- Born: 30 October 1965 (age 60) London, England
- Education: Clare College, Cambridge
- Scientific career
- Fields: computer science, geophysics
- Workplaces: Kodak Caltech CSIRO Monash University Melbourne University ANU]

= Louis Moresi =

Louis-Noël Moresi (born 30 October 1965) is a Professor of Computational Mathematics & Geophysics at The Australian National University. He has deeply influenced the understanding of the Geophysics community through his own research as well as providing software for the community to use.

==Early career==
The London-born Moresi began his scientific career at Kodak as a research assistant in 1985 where he worked with Dr John Goddard on the synthesis of stabilizers (anti-oxidants) for yellow dyes in photographic emulsions. In the same year, he began undergraduate studies at Clare College, Cambridge at the University of Cambridge. There he completed a Natural Sciences Tripos in 1988, with final year options in Seismology, Physics of the Earth and Environmental Science, taking classes under Dan McKenzie. In his last year he received the Horn Prize for his results in his final examinations.

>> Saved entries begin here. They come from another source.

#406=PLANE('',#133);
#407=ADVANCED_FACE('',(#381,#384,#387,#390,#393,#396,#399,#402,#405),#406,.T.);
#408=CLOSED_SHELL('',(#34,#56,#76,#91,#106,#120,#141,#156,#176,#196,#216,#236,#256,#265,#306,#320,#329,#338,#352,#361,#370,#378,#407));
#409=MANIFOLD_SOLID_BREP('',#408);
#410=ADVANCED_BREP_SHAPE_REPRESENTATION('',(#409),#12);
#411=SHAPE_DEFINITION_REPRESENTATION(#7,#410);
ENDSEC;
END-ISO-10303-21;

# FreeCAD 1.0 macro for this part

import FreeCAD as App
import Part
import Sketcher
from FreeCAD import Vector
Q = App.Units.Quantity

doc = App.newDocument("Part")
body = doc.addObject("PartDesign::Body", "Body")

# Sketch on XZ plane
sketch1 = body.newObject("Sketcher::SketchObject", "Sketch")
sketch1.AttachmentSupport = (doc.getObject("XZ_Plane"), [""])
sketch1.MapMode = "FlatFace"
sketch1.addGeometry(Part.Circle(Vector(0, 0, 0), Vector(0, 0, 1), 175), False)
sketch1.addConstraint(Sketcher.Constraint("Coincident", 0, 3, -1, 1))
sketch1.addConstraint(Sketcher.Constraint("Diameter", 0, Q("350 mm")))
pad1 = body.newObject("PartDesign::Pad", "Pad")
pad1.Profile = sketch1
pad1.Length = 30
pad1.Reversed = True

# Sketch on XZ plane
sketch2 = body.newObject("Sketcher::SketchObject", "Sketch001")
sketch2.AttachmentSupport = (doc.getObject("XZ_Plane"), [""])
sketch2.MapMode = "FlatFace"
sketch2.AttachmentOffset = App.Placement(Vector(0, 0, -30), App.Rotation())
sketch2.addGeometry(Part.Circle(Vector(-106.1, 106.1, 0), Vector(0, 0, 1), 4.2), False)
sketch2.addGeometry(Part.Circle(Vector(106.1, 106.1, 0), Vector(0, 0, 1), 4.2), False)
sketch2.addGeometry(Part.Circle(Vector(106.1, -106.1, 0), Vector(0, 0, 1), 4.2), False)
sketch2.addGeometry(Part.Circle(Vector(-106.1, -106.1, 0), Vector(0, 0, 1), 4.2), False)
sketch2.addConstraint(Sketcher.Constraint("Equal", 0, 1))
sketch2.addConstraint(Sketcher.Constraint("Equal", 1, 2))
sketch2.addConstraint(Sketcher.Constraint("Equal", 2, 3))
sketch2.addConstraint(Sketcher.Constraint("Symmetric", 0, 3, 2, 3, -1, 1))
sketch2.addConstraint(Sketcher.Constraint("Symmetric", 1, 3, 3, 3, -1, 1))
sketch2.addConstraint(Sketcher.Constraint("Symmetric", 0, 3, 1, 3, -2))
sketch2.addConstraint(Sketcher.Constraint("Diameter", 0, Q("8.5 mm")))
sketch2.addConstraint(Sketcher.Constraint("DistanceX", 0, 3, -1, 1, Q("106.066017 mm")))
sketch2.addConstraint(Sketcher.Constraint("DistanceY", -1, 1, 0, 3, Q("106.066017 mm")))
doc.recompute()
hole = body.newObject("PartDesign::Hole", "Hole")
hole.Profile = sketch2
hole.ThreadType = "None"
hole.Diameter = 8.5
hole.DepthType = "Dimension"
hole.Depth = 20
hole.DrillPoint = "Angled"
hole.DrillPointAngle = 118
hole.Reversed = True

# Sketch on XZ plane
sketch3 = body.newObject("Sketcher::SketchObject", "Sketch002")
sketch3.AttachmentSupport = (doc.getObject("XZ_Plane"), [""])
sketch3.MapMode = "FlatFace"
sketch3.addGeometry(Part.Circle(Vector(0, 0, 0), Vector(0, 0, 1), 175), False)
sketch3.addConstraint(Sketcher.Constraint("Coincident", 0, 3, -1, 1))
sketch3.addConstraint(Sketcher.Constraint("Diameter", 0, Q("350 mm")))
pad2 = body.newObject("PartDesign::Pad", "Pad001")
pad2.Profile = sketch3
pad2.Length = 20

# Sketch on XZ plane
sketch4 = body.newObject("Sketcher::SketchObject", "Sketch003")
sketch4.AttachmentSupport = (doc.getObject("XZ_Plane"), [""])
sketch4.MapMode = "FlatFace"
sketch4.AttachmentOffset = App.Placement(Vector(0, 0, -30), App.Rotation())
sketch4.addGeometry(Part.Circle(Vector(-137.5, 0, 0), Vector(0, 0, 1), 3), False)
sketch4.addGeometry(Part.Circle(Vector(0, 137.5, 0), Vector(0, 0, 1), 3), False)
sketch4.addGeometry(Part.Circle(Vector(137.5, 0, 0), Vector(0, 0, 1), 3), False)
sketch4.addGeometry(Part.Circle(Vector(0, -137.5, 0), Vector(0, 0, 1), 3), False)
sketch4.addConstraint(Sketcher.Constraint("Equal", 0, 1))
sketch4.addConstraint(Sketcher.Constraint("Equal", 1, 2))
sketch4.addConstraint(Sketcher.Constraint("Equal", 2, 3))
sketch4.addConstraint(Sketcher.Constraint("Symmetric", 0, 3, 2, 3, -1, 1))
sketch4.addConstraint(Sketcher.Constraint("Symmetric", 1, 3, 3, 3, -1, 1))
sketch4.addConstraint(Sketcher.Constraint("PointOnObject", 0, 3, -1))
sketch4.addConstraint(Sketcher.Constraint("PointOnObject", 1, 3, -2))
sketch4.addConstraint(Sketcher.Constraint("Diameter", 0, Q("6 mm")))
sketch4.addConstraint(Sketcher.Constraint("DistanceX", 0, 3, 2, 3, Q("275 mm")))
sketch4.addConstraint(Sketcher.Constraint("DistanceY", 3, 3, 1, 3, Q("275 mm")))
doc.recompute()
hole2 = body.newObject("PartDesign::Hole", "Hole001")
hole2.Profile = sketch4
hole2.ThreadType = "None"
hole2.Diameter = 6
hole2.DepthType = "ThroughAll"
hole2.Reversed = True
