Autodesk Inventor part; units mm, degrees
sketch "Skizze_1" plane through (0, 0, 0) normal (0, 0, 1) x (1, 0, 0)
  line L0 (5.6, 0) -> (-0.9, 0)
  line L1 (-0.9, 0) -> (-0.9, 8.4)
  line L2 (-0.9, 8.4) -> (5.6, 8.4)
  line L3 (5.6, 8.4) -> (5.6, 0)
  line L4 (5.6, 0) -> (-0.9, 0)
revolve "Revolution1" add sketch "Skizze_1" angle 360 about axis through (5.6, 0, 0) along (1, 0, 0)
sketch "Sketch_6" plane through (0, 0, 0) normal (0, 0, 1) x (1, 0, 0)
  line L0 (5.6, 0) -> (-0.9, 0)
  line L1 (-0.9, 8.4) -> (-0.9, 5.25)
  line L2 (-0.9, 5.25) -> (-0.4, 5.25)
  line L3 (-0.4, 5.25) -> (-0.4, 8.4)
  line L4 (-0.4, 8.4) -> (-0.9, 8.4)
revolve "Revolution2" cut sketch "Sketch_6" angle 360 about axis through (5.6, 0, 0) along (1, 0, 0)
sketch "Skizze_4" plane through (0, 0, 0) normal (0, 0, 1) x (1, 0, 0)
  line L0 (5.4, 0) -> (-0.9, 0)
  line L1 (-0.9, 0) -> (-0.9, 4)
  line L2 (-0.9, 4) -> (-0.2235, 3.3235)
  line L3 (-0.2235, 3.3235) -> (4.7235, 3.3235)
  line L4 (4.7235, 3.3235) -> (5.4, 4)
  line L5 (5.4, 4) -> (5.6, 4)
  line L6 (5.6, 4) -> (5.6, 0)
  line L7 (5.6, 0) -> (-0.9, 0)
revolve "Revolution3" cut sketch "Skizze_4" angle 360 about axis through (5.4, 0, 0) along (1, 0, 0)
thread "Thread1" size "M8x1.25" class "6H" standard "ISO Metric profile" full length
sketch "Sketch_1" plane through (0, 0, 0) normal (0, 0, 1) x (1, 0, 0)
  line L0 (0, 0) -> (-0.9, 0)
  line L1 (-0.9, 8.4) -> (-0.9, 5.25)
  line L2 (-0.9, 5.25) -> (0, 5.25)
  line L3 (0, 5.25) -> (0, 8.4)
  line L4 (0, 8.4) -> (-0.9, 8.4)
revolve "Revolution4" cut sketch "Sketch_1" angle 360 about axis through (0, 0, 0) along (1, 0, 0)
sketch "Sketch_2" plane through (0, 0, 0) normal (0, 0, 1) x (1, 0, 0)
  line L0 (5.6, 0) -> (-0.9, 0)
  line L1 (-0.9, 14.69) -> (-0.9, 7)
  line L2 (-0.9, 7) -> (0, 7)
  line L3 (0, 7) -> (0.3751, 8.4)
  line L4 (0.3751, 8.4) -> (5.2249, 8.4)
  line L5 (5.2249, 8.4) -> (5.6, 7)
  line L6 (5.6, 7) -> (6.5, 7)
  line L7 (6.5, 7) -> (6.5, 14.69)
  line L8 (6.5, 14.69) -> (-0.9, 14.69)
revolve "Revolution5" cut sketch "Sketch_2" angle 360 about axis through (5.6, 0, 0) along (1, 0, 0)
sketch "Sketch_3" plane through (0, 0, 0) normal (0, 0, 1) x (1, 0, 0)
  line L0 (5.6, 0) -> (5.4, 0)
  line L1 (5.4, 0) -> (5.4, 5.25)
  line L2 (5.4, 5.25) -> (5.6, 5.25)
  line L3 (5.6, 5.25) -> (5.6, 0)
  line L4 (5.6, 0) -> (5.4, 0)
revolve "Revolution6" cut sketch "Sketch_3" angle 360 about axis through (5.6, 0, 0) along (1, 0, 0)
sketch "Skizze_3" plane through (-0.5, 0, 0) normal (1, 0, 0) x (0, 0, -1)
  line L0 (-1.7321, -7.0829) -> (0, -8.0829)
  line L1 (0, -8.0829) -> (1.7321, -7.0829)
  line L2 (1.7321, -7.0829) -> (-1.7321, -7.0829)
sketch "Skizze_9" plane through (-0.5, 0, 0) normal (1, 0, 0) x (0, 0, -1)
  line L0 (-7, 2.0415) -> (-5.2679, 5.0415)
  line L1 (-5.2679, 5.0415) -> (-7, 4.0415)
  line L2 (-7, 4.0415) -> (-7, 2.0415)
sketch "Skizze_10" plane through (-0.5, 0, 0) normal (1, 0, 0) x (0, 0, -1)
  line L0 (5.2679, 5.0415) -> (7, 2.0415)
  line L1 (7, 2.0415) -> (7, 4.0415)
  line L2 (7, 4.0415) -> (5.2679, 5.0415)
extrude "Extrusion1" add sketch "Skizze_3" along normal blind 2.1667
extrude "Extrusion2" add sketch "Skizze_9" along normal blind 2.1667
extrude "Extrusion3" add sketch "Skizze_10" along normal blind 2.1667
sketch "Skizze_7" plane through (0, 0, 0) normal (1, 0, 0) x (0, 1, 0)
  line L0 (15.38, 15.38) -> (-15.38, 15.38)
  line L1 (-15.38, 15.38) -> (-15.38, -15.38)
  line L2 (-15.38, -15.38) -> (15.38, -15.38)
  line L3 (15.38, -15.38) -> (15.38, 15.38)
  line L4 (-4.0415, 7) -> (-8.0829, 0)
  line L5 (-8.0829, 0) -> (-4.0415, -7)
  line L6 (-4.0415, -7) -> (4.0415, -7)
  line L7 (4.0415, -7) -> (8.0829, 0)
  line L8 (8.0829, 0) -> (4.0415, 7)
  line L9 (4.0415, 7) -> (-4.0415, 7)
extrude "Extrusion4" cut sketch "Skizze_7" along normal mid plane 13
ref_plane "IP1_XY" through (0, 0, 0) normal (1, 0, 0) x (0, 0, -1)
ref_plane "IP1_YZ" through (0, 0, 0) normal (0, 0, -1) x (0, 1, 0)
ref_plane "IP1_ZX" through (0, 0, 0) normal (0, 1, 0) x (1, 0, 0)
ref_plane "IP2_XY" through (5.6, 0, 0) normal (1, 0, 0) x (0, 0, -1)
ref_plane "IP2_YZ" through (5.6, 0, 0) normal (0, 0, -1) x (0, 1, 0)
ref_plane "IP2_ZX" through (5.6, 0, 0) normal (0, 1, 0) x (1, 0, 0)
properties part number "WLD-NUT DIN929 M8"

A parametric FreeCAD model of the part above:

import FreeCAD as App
import Part
import Sketcher
Q = App.Units.Quantity


def add_polygon(sketch, points):
    """Adds a closed chain of lines whose ends are joined by coincident constraints."""
    first, n = sketch.GeometryCount, len(points)
    for a, b in zip(points, points[1:] + points[:1]):
        sketch.addGeometry(Part.LineSegment(App.Vector(*a, 0), App.Vector(*b, 0)), False)
    for i in range(n):
        sketch.addConstraint(Sketcher.Constraint("Coincident", first + i, 2, first + (i + 1) % n, 1))

doc = App.newDocument("Part")
params = doc.addObject("Spreadsheet::Sheet", "Params")
for row, (alias, value) in enumerate([
    ("sketch1_width", "6.5 mm"),
    ("sketch1_height", "8.4 mm"),
    ("revolution_angle", "360 deg"),
    ("sketch2_width", "0.5 mm"),
    ("sketch2_height", "3.15 mm"),
    ("groove_angle", "360 deg"),
    ("sketch3_height", "4 mm"),
    ("sketch3_width", "6.5 mm"),
    ("sketch3_width2", "0.2 mm"),
    ("groove2_angle", "360 deg"),
    ("sketch4_width", "0.9 mm"),
    ("sketch4_height", "3.15 mm"),
    ("groove3_angle", "360 deg"),
    ("sketch5_width", "7.4 mm"),
    ("sketch5_width2", "0.9 mm"),
    ("sketch5_height", "7.69 mm"),
    ("groove4_angle", "360 deg"),
    ("sketch6_width", "0.2 mm"),
    ("sketch6_height", "5.25 mm"),
    ("groove5_angle", "360 deg"),
    ("sketch7_length", "2 mm"),
    ("pad1_length", "2.1667 mm"),
    ("sketch8_width", "2 mm"),
    ("pad2_length", "2.1667 mm"),
    ("sketch9_width", "2 mm"),
    ("pad3_length", "2.1667 mm"),
    ("sketch10_width", "30.76 mm"),
    ("pocket1_length", "13 mm"),
], start=1):
    params.set(f"A{row}", alias)
    params.set(f"B{row}", "=" + value)
    params.setAlias(f"B{row}", alias)

body = doc.addObject("PartDesign::Body", "Body")

sketch1 = doc.addObject("Sketcher::SketchObject", "Sketch")
body.addObject(sketch1)
sketch1.AttachmentSupport = (doc.XY_Plane, [""])
sketch1.MapMode = "FlatFace"
add_polygon(sketch1, [(-1, 0), (6, 0), (6, 8), (-1, 8)])
sketch1.addConstraint(Sketcher.Constraint("Horizontal", 0))
sketch1.addConstraint(Sketcher.Constraint("Vertical", 1))
sketch1.addConstraint(Sketcher.Constraint("Horizontal", 2))
sketch1.addConstraint(Sketcher.Constraint("Vertical", 3))
sketch1.addConstraint(Sketcher.Constraint("PointOnObject", 0, 2, -1))
sketch1.addConstraint(Sketcher.Constraint("DistanceX", 0, 1, 0, 2, Q("6.5 mm")))
sketch1.addConstraint(Sketcher.Constraint("DistanceY", 1, 1, 1, 2, Q("8.4 mm")))
sketch1.addConstraint(Sketcher.Constraint("DistanceX", -1, 1, 0, 2, Q("5.6 mm")))
sketch1.setExpression("Constraints[9]", "Params.sketch1_width")
sketch1.setExpression("Constraints[10]", "Params.sketch1_height")
revolution = doc.addObject("PartDesign::Revolution", "Revolution")
body.addObject(revolution)
revolution.Profile = sketch1
revolution.ReferenceAxis = (sketch1, ["H_Axis"])
revolution.setExpression("Angle", "Params.revolution_angle")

From 1988 to 1992, he completed his doctoral studies in the Department of Earth Sciences at the University of Oxford. He focused his PhD thesis on the influence of mantle convection on surface observables such as Topography and Geoid. His particular emphasis was on the role of temperature-dependent viscosity and partial melting for both Earth and Venus.

== Employment ==
From 1992 to 1995 he worked as a fellow in geophysics at Caltech. There he worked with Mike Gurnis on 3D dynamic models of Subduction in the North West Pacific Ocean as well as mantle convection in Earth and Venus with Slava Solomatov. After this he worked as a postdoctoral fellow at the Research School of Earth Sciences at ANU until 1997. Then he moved to Perth where he worked for CSIRO in the division of exploration and mining as a senior research scientist. There he studied large-scale continental deformation interacting with mantle convection.

In 2002 he moved to Monash University, where he was a professor as well as the co-director of Monash Cluster Computing, a parallel computing research centre. He was on the Australian Research Council College of Experts from 2012-2014. In 2014, he moved to Melbourne University through the Research at Melbourne Accelerator Program as a professor of geophysics. In 2019 he moved back to The Australian National University Research School of Earth Sciences as a Professor of Geophysics.

== Software development ==
It was during Moresi's time at Caltech that he wrote the popular mantle convection software program call Citcom. This is a 2D and 3D Eulerian Finite Element code which is designed to solve problems with extremely large variations in viscosity. Though it was originally a Cartesian serial code, there are currently many versions, including a spherical parallel version called CitComS (see Citcom for code's history).

During his time at CSIRO, he reworked Citcom using the Particle-in-cell approach and created a new program called Ellipsis. Having lagrangian integration points meant that the scientist using the code could track history and material properties through time. This allowed complex rheologies and geometries to be modelled easily and flexibly. Though Ellipsis only worked in 2D and in serial, it was extremely popular in the geophysics community.

Moresi, in partnership with the Victorian Partnership for Advanced Computing, and then later with AuScope continues to develop a parallel 3D version of Ellipsis called Underworld. He is the Program Directory of AuScope Simulation and Modelling (Australian national geoscience infrastructure program funded through NCRIS.

== Awards and recognition ==
Moresi was elected a Fellow of the Royal Astronomical Society in 2000.
Moresi was elected a Fellow of the American Geophysical Union in 2017.
Moresi was elected a Fellow of the Australian Academy of Science in 2023.